Noch bevor die Sonne wie ein glühender Feuerball über dem Golf von Oman aufging, hoben die acht amerikanischen CH-53-Hubschrauber von dem Flugzeugträger USS "Nimitz" ab und nahmen Kurs Richtung Norden. Ihr Ziel: die sechs Flugstunden entfernte Salzwüste Dascht-e Kawir in Iran, einer der trostlosesten Plätze der Welt. Dort wartete in tiefschwarzer Nacht ein Team aus mehreren Dutzend US-Elitesoldaten, die Transport-Maschinen bereits abgesetzt hatten.

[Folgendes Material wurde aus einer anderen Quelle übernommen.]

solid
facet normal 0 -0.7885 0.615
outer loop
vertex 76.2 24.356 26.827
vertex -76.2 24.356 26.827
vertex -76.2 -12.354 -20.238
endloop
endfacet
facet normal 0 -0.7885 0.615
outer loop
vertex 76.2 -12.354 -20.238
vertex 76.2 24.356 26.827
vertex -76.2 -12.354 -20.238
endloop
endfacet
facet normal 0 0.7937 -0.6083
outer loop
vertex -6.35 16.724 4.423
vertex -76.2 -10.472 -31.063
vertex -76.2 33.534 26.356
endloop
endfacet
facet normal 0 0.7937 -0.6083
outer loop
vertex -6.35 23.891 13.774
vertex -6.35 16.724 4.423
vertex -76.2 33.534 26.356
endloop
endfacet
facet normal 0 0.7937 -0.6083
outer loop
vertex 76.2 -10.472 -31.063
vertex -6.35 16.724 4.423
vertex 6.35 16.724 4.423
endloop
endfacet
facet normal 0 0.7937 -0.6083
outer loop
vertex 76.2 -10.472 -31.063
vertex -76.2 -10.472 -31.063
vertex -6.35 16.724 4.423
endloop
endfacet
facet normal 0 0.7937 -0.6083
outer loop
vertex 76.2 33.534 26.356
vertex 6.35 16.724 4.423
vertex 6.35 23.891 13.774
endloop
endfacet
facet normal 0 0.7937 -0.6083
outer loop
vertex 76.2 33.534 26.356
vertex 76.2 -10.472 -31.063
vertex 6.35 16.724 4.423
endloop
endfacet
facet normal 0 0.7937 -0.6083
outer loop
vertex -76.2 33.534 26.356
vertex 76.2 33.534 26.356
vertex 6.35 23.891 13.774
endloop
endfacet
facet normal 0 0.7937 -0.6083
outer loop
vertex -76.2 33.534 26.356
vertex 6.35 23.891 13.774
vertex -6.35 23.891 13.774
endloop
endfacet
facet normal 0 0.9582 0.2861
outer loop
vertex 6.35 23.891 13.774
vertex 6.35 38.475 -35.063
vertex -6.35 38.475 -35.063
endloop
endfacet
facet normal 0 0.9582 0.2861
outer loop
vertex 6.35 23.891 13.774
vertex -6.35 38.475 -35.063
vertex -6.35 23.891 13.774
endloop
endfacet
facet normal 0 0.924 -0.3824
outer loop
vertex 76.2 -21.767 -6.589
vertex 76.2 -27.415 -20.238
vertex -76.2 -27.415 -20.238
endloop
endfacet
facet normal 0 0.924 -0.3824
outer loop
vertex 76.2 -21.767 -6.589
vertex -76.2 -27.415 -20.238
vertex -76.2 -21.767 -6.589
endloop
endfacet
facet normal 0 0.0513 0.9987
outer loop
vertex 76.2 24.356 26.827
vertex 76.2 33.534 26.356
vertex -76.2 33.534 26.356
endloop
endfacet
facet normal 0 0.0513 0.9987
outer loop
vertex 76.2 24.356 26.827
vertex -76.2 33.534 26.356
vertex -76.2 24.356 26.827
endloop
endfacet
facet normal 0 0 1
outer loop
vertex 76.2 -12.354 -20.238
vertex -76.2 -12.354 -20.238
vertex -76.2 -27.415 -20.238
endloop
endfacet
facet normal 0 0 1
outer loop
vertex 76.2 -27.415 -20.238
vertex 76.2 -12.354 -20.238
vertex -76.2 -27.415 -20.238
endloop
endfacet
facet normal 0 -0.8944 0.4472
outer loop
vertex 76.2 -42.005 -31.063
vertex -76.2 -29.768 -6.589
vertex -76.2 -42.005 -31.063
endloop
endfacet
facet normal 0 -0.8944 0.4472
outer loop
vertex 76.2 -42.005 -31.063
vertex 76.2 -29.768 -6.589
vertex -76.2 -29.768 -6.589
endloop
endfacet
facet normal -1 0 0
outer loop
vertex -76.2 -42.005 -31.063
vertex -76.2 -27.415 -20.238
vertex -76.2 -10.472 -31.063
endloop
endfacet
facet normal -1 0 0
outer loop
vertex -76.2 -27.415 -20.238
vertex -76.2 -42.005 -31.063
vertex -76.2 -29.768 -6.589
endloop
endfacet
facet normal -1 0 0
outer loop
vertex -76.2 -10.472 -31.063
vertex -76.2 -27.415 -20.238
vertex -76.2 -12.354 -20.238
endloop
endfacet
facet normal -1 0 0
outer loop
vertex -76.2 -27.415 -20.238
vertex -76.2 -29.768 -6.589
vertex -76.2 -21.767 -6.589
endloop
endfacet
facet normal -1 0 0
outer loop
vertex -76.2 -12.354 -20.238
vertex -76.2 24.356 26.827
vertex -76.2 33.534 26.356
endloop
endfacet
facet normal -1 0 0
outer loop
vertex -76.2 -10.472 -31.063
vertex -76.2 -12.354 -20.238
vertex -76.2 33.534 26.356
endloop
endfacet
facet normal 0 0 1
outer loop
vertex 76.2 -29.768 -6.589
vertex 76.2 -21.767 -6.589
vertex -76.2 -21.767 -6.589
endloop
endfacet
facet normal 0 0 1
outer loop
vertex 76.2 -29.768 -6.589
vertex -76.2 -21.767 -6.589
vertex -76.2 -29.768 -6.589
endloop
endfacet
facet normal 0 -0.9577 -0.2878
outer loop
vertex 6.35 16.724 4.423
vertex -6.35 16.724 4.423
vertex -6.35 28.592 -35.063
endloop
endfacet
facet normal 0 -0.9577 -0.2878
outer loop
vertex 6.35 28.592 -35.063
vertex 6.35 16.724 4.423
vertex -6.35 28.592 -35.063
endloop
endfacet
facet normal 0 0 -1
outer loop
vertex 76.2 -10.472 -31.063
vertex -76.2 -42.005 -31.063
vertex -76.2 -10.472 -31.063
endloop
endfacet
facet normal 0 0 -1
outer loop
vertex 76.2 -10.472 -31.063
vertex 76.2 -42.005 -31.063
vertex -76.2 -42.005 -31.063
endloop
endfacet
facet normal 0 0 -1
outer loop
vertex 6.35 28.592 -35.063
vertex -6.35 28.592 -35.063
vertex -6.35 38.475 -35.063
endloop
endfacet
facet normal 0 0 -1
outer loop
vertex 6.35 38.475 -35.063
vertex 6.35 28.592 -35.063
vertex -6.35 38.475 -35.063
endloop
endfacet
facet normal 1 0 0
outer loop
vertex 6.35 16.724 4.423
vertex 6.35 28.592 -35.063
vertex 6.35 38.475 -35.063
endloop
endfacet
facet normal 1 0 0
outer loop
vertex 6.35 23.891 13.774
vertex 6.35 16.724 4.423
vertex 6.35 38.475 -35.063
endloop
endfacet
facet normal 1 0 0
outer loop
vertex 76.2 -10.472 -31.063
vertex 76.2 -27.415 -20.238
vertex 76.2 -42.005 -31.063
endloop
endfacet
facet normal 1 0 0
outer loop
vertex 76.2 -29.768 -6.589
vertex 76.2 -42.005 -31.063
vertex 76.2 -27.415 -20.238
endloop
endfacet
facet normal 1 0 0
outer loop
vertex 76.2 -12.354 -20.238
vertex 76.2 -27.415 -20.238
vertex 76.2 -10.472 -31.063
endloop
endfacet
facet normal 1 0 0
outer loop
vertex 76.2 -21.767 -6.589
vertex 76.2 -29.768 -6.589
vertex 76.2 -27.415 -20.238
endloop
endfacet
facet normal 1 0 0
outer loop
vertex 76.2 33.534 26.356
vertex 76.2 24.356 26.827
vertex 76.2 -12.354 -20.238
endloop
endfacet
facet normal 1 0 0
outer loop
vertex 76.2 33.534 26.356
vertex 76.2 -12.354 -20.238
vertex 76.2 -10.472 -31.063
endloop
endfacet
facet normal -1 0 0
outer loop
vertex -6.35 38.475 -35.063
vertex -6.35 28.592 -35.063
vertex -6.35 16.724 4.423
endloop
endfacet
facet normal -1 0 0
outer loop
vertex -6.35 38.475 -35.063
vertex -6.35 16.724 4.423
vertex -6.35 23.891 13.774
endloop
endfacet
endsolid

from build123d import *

# Parameters (mm, degrees)
F1_DEPTH      = 76.2
F1_DEPTH_BACK = 76.2
F3_DEPTH      = 6.35
F3_DEPTH_BACK = 6.35


with BuildPart() as f1:
    # F0 (on Right) → F1 (new body, two sides)
    with BuildSketch(Plane.YZ) as f1_sk:
        Polygon((-10.471897, -31.062707), (33.533607, 26.356237), (24.355987, 26.826883), (-12.354486, -20.237826), (-27.415192, -20.237826), (-21.767426, -6.589059), (-29.768426, -6.589059), (-42.005252, -31.062707), align=None)
    extrude(amount=F1_DEPTH)
    extrude(f1_sk.sketch, amount=-F1_DEPTH_BACK)

    # F2 (on Right) → F3 (join, two sides)
    with BuildSketch(Plane.YZ) as f3_sk:
        Polygon((38.475402, -35.063207), (22.944046, 16.943295), (15.649015, 8.001001), (28.59181, -35.063207), align=None)
    extrude(amount=F3_DEPTH)
    extrude(f3_sk.sketch, amount=-F3_DEPTH_BACK)


solid = f1.part
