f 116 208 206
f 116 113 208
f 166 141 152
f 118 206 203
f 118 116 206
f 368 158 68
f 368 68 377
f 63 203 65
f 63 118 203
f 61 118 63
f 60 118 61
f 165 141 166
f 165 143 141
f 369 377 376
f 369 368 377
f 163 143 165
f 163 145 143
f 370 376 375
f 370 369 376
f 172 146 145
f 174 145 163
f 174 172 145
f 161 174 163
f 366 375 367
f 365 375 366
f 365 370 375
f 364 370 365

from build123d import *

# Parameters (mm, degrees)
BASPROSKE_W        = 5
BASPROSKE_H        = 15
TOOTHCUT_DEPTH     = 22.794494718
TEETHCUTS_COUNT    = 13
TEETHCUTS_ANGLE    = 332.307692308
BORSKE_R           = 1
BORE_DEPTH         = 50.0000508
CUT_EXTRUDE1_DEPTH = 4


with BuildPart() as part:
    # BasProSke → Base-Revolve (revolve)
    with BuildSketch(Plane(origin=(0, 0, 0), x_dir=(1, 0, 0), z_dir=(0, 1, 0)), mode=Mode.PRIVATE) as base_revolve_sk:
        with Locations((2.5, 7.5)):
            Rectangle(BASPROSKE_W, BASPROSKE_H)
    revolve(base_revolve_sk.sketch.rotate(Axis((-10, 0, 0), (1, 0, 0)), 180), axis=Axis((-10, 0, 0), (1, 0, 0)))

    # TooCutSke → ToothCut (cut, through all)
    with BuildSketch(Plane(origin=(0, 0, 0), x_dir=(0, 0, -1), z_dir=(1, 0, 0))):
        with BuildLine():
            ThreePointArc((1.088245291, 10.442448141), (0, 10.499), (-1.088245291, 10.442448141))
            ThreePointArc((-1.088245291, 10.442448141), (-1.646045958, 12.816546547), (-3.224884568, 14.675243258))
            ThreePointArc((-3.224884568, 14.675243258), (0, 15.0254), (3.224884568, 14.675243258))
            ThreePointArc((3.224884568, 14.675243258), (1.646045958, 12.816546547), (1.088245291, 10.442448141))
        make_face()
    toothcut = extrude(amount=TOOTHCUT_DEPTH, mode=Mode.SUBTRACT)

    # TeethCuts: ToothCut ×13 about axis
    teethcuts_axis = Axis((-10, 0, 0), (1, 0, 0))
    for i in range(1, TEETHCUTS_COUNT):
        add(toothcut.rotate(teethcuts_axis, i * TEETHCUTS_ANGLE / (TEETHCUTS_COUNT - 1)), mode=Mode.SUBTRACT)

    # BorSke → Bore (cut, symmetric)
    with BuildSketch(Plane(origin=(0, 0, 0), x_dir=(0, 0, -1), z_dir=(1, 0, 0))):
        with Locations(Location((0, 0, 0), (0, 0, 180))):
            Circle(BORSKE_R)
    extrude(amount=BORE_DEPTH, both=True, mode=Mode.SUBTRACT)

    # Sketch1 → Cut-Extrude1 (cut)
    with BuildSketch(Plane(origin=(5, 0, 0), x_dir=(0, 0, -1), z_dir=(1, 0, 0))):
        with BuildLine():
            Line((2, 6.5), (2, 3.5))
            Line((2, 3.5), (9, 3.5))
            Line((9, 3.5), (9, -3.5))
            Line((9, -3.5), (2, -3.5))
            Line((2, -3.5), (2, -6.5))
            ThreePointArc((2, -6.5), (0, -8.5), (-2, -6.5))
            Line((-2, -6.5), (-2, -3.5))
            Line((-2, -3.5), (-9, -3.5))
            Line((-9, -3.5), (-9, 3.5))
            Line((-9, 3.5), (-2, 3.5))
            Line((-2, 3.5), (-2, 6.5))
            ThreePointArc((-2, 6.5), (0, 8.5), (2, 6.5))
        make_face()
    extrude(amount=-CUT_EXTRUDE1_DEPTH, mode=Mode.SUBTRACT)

Es war der 25. April 1980, und wäre die anlaufende Operation "Eagle Claw" gut ausgegangen, würden die Amerikaner heute mit Stolz von der wohl spektakulärsten Geiselbefreiung der Weltgeschichte sprechen. Denn das Kommando sollte nach Teheran eindringen und über fünfzig amerikanische Diplomaten, Angestellte und Marines befreien - seit Monaten Geiseln der Anhänger von Ajatollah Chomeini, nach dem Sturz des Schahs im Januar 1979 der neue starke Mann in Iran. Seine Gefolgsleute hatten am 4. November 1979 die US-Botschaft in Teheran gestürmt und das Personal festgesetzt, um eine Auslieferung des geflohenen Schahs zu erzwingen. Der todkranke Monarch ließ sich in den USA behandeln.
Tollkühner Befreiungsplan
Der tollkühne Befreiungsplan sah vor, die Geiseln von einem Flughafen bei Teheran auszufliegen, den amerikanische Militärs im Handstreich kapern wollten. Doch die Spezialeinheit kam nie bis in die Hauptstadt. Sandstürme zwangen einen der Hubschrauber bereits auf dem Flug in die Salzwüste zur Umkehr; ein weiterer musste notlanden. Als auch noch ein dritter Helikopter mit Hydraulikproblemen ausfiel, brach US-Präsident Jimmy Carter die Operation ab, denn die Militärs benötigten mindestens sechs Maschinen.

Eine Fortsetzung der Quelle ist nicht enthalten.